États-Unis : Au-delà de la convocation du chef de l’ICE, la condition fixée par un juge du Minnesota pour annuler l’audience

Le bras de fer se durcit entre le pouvoir judiciaire et les services de l’immigration dans le Minnesota. Alors que l’administration Trump intensifie ses opérations dans cet État du Midwest, un magistrat fédéral a pris une décision rare en exigeant la présence physique du responsable de l’Immigration and Customs Enforcement (ICE). Une ordonnance qui répond à une gestion jugée défaillante des procédures de détention et qui s’accompagne d’une clause spécifique pour l’administration.

Le juge en chef Patrick J. Schiltz n’a pas dissimulé son agacement dans l’ordonnance signée lundi. Face aux manquements constatés dans le traitement des audiences de cautionnement pour les immigrants détenus, le magistrat a convoqué Todd Lyons, directeur par intérim de l’ICE, à comparaître devant lui ce vendredi. Cette décision intervient dans un climat de haute tension, marqué par des manifestations continues contre la politique migratoire fédérale.

Une patience judiciaire à bout

Selon les informations rapportées par Al Jazeera, le tribunal reproche à l’agence fédérale d’avoir déployé des milliers d’agents dans le Minnesota pour procéder à des arrestations massives, sans avoir prévu les ressources nécessaires pour traiter les recours juridiques qui en découlent. Le juge Schiltz a souligné que la cour avait fait preuve d’une « patience extrême », mais que la situation n’était plus tenable.

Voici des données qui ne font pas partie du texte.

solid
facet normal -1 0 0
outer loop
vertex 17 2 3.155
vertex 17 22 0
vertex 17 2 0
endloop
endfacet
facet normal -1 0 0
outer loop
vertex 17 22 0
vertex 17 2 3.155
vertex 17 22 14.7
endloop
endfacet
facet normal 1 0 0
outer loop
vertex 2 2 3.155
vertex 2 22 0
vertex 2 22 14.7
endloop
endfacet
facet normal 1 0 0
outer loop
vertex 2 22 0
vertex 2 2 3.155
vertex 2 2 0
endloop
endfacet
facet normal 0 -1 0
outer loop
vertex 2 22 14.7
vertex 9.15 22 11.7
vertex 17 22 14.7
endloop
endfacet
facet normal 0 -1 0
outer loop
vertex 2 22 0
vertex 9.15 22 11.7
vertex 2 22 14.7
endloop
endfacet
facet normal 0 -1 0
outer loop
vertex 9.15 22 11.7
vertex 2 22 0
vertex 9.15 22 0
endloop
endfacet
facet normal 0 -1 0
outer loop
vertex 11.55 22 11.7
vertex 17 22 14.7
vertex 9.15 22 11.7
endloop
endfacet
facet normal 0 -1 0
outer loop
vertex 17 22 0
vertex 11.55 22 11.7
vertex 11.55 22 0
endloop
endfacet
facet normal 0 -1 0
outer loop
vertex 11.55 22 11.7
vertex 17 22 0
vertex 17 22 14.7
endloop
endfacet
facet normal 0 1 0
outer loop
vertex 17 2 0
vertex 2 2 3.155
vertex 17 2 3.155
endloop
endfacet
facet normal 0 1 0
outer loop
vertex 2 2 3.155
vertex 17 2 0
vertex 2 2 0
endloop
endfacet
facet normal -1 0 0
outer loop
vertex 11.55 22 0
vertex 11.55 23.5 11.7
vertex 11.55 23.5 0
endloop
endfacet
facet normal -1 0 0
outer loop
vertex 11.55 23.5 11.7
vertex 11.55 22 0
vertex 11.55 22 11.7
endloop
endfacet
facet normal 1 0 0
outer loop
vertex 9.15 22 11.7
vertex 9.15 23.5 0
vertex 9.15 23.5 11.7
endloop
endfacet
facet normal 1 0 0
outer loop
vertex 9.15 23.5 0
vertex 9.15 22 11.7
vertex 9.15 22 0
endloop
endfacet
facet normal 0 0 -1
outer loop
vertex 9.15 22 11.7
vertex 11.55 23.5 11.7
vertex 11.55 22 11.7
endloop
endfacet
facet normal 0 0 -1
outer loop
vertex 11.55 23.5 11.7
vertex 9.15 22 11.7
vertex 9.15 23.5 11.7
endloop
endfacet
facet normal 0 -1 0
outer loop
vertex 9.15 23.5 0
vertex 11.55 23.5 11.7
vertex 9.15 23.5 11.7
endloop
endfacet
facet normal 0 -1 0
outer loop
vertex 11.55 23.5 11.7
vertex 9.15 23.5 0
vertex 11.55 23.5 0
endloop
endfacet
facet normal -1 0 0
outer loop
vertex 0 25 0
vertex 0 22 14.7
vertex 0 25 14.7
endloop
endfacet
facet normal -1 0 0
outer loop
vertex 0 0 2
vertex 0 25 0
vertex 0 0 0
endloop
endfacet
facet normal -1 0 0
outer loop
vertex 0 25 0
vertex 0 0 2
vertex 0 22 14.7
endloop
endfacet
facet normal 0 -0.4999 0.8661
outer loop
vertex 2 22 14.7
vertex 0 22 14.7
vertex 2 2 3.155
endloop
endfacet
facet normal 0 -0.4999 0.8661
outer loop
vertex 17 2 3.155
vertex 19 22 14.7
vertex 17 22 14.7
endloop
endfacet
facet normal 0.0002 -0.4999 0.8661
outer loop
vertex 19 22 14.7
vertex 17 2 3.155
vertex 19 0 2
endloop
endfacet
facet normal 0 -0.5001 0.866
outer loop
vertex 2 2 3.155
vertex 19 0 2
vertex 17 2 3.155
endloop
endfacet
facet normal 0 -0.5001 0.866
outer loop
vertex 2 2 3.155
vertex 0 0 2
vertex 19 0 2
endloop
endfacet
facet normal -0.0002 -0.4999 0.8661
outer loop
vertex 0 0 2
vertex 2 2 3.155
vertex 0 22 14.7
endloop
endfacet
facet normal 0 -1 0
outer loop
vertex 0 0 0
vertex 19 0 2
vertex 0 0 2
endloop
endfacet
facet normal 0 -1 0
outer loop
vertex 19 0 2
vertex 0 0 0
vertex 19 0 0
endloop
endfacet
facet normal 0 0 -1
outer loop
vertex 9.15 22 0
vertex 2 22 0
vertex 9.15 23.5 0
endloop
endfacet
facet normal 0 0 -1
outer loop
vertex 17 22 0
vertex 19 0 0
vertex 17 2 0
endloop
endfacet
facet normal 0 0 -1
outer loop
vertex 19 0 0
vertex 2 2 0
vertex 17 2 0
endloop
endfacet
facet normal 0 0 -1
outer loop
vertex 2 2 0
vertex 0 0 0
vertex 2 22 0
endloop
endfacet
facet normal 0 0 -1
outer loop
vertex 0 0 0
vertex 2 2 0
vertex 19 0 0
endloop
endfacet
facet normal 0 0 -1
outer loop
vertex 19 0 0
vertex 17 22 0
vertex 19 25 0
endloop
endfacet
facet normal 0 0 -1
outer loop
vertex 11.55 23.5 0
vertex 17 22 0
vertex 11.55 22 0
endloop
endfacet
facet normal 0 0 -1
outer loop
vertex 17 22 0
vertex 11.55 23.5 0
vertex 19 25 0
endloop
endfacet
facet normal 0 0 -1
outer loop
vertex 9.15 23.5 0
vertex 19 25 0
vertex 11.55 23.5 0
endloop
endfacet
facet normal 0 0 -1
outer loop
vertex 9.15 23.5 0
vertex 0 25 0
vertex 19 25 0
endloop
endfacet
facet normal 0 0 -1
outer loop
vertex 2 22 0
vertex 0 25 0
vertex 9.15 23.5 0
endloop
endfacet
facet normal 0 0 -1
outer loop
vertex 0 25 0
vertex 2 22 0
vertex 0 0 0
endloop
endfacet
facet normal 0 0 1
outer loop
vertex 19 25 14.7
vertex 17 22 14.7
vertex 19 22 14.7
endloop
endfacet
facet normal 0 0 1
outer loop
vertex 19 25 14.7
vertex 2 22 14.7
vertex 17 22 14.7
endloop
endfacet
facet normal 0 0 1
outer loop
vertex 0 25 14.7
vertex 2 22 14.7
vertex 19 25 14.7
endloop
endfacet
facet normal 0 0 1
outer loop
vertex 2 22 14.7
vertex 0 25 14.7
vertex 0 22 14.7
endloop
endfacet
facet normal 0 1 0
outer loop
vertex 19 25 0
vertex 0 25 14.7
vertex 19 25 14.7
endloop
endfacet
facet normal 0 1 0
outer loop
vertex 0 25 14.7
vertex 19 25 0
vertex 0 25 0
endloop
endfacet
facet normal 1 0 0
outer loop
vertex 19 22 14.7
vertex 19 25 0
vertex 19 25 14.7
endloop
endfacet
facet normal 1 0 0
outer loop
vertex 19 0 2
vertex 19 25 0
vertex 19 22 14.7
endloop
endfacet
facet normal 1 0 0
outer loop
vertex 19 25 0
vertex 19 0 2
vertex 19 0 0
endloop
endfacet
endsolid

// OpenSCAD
// file: radial-cooling-fan.scad
// Copyright 2017 Pavel Penev
// https://www.thingiverse.com/pavpen/about
//
// You can use this file under Attribution-ShareAlike 4.0 International
// (CC BY-SA 4.0).
//
// If you need to use it under another license, send me a message.

body_outer_r = 50 / 2;
outer_thickness = 15;
wall_thickness = 1.5;
rotor_axle_outer_r = 25 / 2;
rotor_center_offset = [1.5, -2.5];
intake_slit_width = 4;
intake_slit_depth = 10;
outlet_h = 20;
outlet_protrusion = 2;
mount_flap_outer_r = 7.15 / 2;
mount_hole_r = 4.5 / 2;
   
mount_hole_perimeter_points =
    pro_pavpen_radial_cooling_fan_mount_hole_perimeter_points();
mount_hole_centers = [
    mount_hole_perimeter_points[0] - [1 / sqrt(2), -1 / sqrt(2)] * mount_flap_outer_r,
    mount_hole_perimeter_points[1] + [1 / sqrt(2), -1 / sqrt(2)] * mount_flap_outer_r
];

outlet_seam_length = 11.5;
outlet_seam_width = 2;
outlet_seam_h = 1.3;
outlet_seam_offset_from_edge = 0.2;
outlet_seam_offset_from_top = 5.85;


$fn = 50;

function pro_pavpen_radial_cooling_fan_mount_hole_perimeter_points() =
    let (n = [1, -1],
         c = rotor_center_offset,
         r = body_outer_r,
         a = c[0] * n[0] + c[1] * n[1],
         d = n[0] * n[0] + n[1] * n[1],
         b = a - d * (c[0] * c[0] + c[1] * c[1] - r * r),
         t = [(-a - sqrt(b)) / d, (-a + sqrt(b)) / d])
    [
        [c[0] + n[0] * t[0], c[1] + n[1] * t[0]],
        [c[0] + n[0] * t[1], c[1] + n[1] * t[1]]
    ];


// Export functions:

function pro_pavpen_radial_cooling_fan_body_outer_r() = body_outer_r;

function pro_pavpen_radial_cooling_fan_outer_thickness() = outer_thickness;

function pro_pavpen_radial_cooling_fan_outlet_h() = outlet_h;

function pro_pavpen_radial_cooling_fan_outlet_protrusion() =
    outlet_protrusion;

function pro_pavpen_radial_cooling_fan_outlet_seam_length() =
    outlet_seam_length;

function pro_pavpen_radial_cooling_fan_outlet_seam_width() =
    outlet_seam_width;

function pro_pavpen_radial_cooling_fan_outlet_seam_h() = outlet_seam_h;

function pro_pavpen_radial_cooling_fan_outlet_seam_offset_from_edge() =
    outlet_seam_offset_from_edge;



// Demo:
pro_pavpen_radial_cooling_fan();


module pro_pavpen_radial_cooling_fan()
{
    difference()
    {
        pro_pavpen_radial_cooling_fan_outline();
        pro_pavpen_radial_cooling_fan_holes();
    }
}

module pro_pavpen_radial_cooling_fan_outline()
{
    union()
    {
        linear_extrude(outer_thickness)
        union()
        {
            // Body:
            circle(r = body_outer_r);
            
            // Outlet:
            translate([
                outlet_protrusion,
                body_outer_r - outlet_h])
            square([body_outer_r, outlet_h]);
            
            // Mount flaps:
            hull()
            {
                for (xy = mount_hole_centers)
                {
                    translate([xy[0], xy[1], 0])
                    circle(r = mount_flap_outer_r);
                }
            }
        }
        
        // Intake seam:
        pro_pavpen_radial_cooling_fan_position_as_outlet_seam()
        pro_pavpen_radial_cooling_fan_outlet_seam();
    }
}

module pro_pavpen_radial_cooling_fan_holes(
    extend_top_h = 1,
    extend_bottom_h = 1,
    extend_right_h = 1
)
{
    union()
    {
        // Intake slit:
        translate([
            rotor_center_offset[0],
            rotor_center_offset[1],
            -extend_bottom_h])
        difference()
        {
            cylinder(
                r = rotor_axle_outer_r + intake_slit_width,
                h = intake_slit_depth + extend_bottom_h);

            translate([0, 0, -1])
            cylinder(
                r = rotor_axle_outer_r,
                h = intake_slit_depth + extend_bottom_h + 2);
        }
        
        // Mount flap holes:
        for (xy = mount_hole_centers)
        {
            translate([xy[0], xy[1], -extend_bottom_h])
            cylinder(
                r = mount_hole_r,
                h = outer_thickness + extend_bottom_h + extend_top_h);
        }
        
        // Body:
        translate([0, 0, wall_thickness])
        linear_extrude(outer_thickness - 2 * wall_thickness)
        union()
        {
            // Body:
            circle(r = body_outer_r - wall_thickness);
            
            // Outlet:
            translate([
                outlet_protrusion,
                body_outer_r - outlet_h + wall_thickness])
            square([
                body_outer_r + extend_right_h,
                outlet_h - 2 * wall_thickness]);
        }
    }
}

module pro_pavpen_radial_cooling_fan_position_as_outlet_seam()
{
    translate([
        body_outer_r + outlet_protrusion - outlet_seam_length - outlet_seam_offset_from_edge,
        body_outer_r,
        outer_thickness - outlet_seam_width - outlet_seam_offset_from_top])
    children();
}

module pro_pavpen_radial_cooling_fan_outlet_seam()
{
    cube([
        outlet_seam_length,
        outlet_seam_h,
        outlet_seam_width]);
}
// main file
// Copyright 2017 Pavel Penev
// https://www.thingiverse.com/pavpen/about
//
// You can use this file under Attribution-ShareAlike 4.0 International
// (CC BY-SA 4.0).
//
// If you need to use it under another license, send me a message.

use <radial-cooling-fan.scad>

fan_clearance = 0;
fan_outer_thickness =
    pro_pavpen_radial_cooling_fan_outer_thickness() + 2 * fan_clearance;
fan_outlet_h = pro_pavpen_radial_cooling_fan_outlet_h() + 2 * fan_clearance;

wall_thickness = 2;
back_wall_thickness = 3;
wall_above_outlet_seam_h = 3;
outlet_seam_clearance = 0.2;


// Export functions:
function pro_pavpen_radial_cooling_fan_outlet_socket_wall_thickness() =
    wall_thickness;

function pro_pavpen_radial_cooling_fan_outlet_socket_back_wall_thickness() =
    back_wall_thickness;


// Demo:
pro_pavpen_radial_cooling_fan_outlet_socket();

//pro_pavpen_radial_cooling_fan_outlet_socket_position_as_fan()
//%pro_pavpen_radial_cooling_fan();



module pro_pavpen_radial_cooling_fan_outlet_socket()
{
    difference()
    {
        pro_pavpen_radial_cooling_fan_outlet_socket_outline();
    
        pro_pavpen_radial_cooling_fan_outlet_socket_holes();
    }
}

module pro_pavpen_radial_cooling_fan_outlet_socket_outline()
{
    hull()
    {
        translate([
            0,
            fan_outlet_h + wall_thickness,
            0])
        cube([
            fan_outer_thickness + 2 * wall_thickness,
            back_wall_thickness,
            pro_pavpen_radial_cooling_fan_outlet_seam_offset_from_edge() +
                pro_pavpen_radial_cooling_fan_outlet_seam_length() +
                wall_above_outlet_seam_h]);
        
        cube([
            fan_outer_thickness + 2 * wall_thickness,
            wall_thickness,
            pro_pavpen_radial_cooling_fan_outlet_protrusion()]);
    }
}

module pro_pavpen_radial_cooling_fan_outlet_socket_holes(
    extra_top_h = 1,
    extra_bottom_h = 1
)
{
    translate([
        wall_thickness,
        wall_thickness,
        -extra_bottom_h])
    cube([
        fan_outer_thickness,
        fan_outlet_h,
        pro_pavpen_radial_cooling_fan_outlet_seam_offset_from_edge() +
            pro_pavpen_radial_cooling_fan_outlet_seam_length() +
            wall_above_outlet_seam_h + extra_bottom_h + extra_top_h]);
    
    // Outlet seam:
    pro_pavpen_radial_cooling_fan_outlet_socket_position_as_fan()
    pro_pavpen_radial_cooling_fan_position_as_outlet_seam()
    pro_pavpen_radial_cooling_fan_outlet_seam();
}

module pro_pavpen_radial_cooling_fan_outlet_seam()
{
    translate([0, -1, 0])
    cube([
        pro_pavpen_radial_cooling_fan_outlet_seam_length() +
            2 * outlet_seam_clearance,
        pro_pavpen_radial_cooling_fan_outlet_seam_h() +
            outlet_seam_clearance + 1,
        pro_pavpen_radial_cooling_fan_outlet_seam_width() +
            2 * outlet_seam_clearance]);
}

module pro_pavpen_radial_cooling_fan_outlet_socket_position_as_fan()
{
    translate([
        wall_thickness + fan_clearance,
        -pro_pavpen_radial_cooling_fan_body_outer_r() +
            pro_pavpen_radial_cooling_fan_outlet_h() + wall_thickness +
            fan_clearance,
        pro_pavpen_radial_cooling_fan_body_outer_r() +
            pro_pavpen_radial_cooling_fan_outlet_protrusion()])
    rotate([0, 90, 0])
    children();
}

« L’ampleur de la violation des ordonnances judiciaires par l’ICE est extraordinaire, et des mesures moins contraignantes ont été tentées et ont échoué », a écrit le magistrat pour justifier cette convocation personnelle, qualifiée d’acte exceptionnel.

Le cas spécifique qui a déclenché l’ordonnance

Au cœur de cette décision se trouve le dossier d’un ressortissant équatorien, identifié sous les initiales Juan TR, arrivé aux États-Unis vers 1999. Bien que le tribunal ait accordé sa demande pour une audience de cautionnement le 14 janvier, avec un délai d’exécution de sept jours, ses avocats ont notifié à la cour le 23 janvier qu’il était toujours en détention sans avoir été entendu.

C’est ici que réside le levier de pression imposé par le juge : l’ordonnance précise que la comparution de Todd Lyons sera annulée si, et seulement si, le pétitionnaire est libéré de sa détention avant l’audience prévue.

Un contexte local explosif

Cette confrontation juridique survient alors que l’administration Trump a réorganisé son commandement sur place. Tom Homan, surnommé le « tsar des frontières », a été désigné pour reprendre en main les opérations dans le Minnesota, remplaçant le commandant de la patrouille frontalière Gregory Bovino. Ce changement de leadership fait suite à la mort de deux personnes ce mois-ci lors d’interventions des forces de l’ordre liées à l’immigration.

Les décès d’Alex Pretti, un infirmier de 37 ans, et de Renee Nicole Good, mère de trois enfants, tous deux citoyens américains, ont alimenté la colère dans les rues de Minneapolis et de Saint Paul. Des vidéos suggèrent que les victimes ne représentaient pas une menace active au moment des faits. Malgré les tentatives de la Maison Blanche d’attribuer la responsabilité des troubles aux dirigeants démocrates locaux, les agents de l’immigration ont maintenu une activité soutenue dans les deux villes ce mardi.